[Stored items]
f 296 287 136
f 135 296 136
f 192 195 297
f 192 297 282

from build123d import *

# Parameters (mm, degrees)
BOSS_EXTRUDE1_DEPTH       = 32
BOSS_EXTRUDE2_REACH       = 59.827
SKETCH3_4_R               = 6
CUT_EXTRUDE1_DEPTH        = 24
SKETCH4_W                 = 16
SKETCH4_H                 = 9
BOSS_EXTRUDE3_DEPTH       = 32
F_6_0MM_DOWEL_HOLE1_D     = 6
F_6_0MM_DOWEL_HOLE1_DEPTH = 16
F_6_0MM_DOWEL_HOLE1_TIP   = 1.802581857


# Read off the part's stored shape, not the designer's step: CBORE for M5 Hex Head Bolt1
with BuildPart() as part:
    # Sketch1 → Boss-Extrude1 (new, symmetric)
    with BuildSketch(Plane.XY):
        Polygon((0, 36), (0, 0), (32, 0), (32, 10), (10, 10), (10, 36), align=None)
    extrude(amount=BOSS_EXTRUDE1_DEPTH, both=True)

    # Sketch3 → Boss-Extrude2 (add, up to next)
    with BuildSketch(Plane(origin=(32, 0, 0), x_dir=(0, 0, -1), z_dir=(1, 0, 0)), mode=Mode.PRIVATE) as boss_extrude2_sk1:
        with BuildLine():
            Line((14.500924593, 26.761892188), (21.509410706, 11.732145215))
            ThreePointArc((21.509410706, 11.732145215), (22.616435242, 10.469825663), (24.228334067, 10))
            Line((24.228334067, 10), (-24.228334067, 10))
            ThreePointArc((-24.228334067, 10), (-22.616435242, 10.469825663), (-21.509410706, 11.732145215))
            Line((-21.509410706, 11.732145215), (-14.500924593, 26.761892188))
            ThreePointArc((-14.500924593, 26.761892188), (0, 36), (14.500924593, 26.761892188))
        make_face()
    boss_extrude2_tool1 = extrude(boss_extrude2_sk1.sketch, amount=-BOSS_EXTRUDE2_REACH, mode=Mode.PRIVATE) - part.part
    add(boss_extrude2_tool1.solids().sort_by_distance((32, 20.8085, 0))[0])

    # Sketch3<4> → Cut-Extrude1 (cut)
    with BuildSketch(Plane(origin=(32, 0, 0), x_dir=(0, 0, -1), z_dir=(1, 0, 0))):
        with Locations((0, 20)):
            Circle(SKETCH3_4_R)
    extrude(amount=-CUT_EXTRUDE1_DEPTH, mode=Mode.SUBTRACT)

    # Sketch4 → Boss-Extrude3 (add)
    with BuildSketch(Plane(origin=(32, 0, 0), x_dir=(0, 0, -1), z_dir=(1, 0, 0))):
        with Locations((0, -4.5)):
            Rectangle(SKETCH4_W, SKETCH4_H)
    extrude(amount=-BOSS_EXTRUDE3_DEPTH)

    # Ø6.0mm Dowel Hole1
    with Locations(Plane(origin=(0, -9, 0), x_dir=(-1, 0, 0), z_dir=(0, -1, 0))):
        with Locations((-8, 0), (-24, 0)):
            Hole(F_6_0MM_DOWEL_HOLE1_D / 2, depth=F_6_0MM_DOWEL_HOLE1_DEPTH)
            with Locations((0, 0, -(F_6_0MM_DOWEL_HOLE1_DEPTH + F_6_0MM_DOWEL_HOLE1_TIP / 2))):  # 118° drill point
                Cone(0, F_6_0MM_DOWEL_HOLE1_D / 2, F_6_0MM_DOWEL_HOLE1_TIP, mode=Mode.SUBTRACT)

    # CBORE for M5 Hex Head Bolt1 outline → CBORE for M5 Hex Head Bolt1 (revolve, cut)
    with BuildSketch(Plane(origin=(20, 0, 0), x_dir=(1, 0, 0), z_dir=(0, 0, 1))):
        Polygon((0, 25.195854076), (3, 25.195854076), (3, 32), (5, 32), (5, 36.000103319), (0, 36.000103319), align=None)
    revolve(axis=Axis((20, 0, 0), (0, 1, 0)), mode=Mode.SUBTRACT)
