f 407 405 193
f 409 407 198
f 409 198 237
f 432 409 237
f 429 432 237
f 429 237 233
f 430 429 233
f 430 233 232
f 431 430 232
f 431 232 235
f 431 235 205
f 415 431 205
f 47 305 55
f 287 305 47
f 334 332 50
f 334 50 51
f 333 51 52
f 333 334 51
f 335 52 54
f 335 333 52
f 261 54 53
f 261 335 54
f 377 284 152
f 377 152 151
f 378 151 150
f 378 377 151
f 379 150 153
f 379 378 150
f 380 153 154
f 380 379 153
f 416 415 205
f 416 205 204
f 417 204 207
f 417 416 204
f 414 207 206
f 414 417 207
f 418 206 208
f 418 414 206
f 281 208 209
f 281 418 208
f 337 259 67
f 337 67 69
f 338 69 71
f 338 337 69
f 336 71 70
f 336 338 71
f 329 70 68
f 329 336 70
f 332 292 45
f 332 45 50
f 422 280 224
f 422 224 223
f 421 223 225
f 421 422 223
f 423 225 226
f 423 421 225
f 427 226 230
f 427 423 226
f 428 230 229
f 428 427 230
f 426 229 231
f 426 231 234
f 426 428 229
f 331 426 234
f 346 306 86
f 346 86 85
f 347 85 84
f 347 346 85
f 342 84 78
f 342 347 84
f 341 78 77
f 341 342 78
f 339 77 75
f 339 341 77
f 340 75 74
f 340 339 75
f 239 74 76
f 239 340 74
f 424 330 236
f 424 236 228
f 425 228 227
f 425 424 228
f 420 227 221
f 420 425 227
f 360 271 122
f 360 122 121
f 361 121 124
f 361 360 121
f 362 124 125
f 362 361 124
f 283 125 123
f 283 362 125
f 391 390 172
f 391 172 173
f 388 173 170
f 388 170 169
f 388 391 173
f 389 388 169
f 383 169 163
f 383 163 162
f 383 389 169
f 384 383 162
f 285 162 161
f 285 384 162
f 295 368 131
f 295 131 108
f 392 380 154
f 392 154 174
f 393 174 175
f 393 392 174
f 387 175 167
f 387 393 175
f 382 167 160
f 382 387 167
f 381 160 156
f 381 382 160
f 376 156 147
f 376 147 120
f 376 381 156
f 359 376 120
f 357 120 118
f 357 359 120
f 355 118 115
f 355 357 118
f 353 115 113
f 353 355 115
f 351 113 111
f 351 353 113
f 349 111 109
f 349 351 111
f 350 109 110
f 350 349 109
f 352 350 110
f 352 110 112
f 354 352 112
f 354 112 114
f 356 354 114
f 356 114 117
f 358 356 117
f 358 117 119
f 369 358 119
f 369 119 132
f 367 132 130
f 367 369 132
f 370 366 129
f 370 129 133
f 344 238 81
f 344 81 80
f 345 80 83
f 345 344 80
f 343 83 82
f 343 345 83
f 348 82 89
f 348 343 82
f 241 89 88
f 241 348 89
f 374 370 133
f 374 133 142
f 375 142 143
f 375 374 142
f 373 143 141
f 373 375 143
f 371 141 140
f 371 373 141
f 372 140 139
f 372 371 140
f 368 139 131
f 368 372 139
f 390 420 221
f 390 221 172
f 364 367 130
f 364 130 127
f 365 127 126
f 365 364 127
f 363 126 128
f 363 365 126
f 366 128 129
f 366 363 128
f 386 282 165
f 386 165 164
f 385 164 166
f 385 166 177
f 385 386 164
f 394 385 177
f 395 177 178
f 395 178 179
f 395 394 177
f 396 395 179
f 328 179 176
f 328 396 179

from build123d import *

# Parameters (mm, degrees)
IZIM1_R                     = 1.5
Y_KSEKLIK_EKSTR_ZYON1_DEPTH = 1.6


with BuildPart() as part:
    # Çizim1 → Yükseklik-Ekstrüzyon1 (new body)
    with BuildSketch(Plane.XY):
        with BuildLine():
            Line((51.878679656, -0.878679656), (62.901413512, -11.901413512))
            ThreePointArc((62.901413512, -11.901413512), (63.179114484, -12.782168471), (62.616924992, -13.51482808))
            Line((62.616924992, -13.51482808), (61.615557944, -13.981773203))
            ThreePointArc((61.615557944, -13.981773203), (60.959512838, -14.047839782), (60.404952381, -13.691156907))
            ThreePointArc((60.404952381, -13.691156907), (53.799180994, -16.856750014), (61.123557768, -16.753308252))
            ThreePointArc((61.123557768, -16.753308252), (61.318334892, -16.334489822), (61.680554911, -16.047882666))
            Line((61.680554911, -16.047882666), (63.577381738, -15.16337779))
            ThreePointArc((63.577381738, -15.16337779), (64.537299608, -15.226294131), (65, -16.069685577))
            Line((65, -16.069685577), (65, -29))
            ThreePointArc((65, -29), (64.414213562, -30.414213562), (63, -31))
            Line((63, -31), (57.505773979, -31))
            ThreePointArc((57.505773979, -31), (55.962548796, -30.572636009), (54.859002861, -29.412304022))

TASK BRIEF ▸ Look above for the line with "f 383 169 163" and the line with "-12.782168471), (62.616924992, -13.51482808))". Write out those two lines and all the lines between them, exactly, and no others.

ANSWER SPACE ▸
f 383 169 163
f 383 163 162
f 383 389 169
f 384 383 162
f 285 162 161
f 285 384 162
f 295 368 131
f 295 131 108
f 392 380 154
f 392 154 174
f 393 174 175
f 393 392 174
f 387 175 167
f 387 393 175
f 382 167 160
f 382 387 167
f 381 160 156
f 381 382 160
f 376 156 147
f 376 147 120
f 376 381 156
f 359 376 120
f 357 120 118
f 357 359 120
f 355 118 115
f 355 357 118
f 353 115 113
f 353 355 115
f 351 113 111
f 351 353 113
f 349 111 109
f 349 351 111
f 350 109 110
f 350 349 109
f 352 350 110
f 352 110 112
f 354 352 112
f 354 112 114
f 356 354 114
f 356 114 117
f 358 356 117
f 358 117 119
f 369 358 119
f 369 119 132
f 367 132 130
f 367 369 132
f 370 366 129
f 370 129 133
f 344 238 81
f 344 81 80
f 345 80 83
f 345 344 80
f 343 83 82
f 343 345 83
f 348 82 89
f 348 343 82
f 241 89 88
f 241 348 89
f 374 370 133
f 374 133 142
f 375 142 143
f 375 374 142
f 373 143 141
f 373 375 143
f 371 141 140
f 371 373 141
f 372 140 139
f 372 371 140
f 368 139 131
f 368 372 139
f 390 420 221
f 390 221 172
f 364 367 130
f 364 130 127
f 365 127 126
f 365 364 127
f 363 126 128
f 363 365 126
f 366 128 129
f 366 363 128
f 386 282 165
f 386 165 164
f 385 164 166
f 385 166 177
f 385 386 164
f 394 385 177
f 395 177 178
f 395 178 179
f 395 394 177
f 396 395 179
f 328 179 176
f 328 396 179

from build123d import *

# Parameters (mm, degrees)
IZIM1_R                     = 1.5
Y_KSEKLIK_EKSTR_ZYON1_DEPTH = 1.6


with BuildPart() as part:
    # Çizim1 → Yükseklik-Ekstrüzyon1 (new body)
    with BuildSketch(Plane.XY):
        with BuildLine():
            Line((51.878679656, -0.878679656), (62.901413512, -11.901413512))
            ThreePointArc((62.901413512, -11.901413512), (63.179114484, -12.782168471), (62.616924992, -13.51482808))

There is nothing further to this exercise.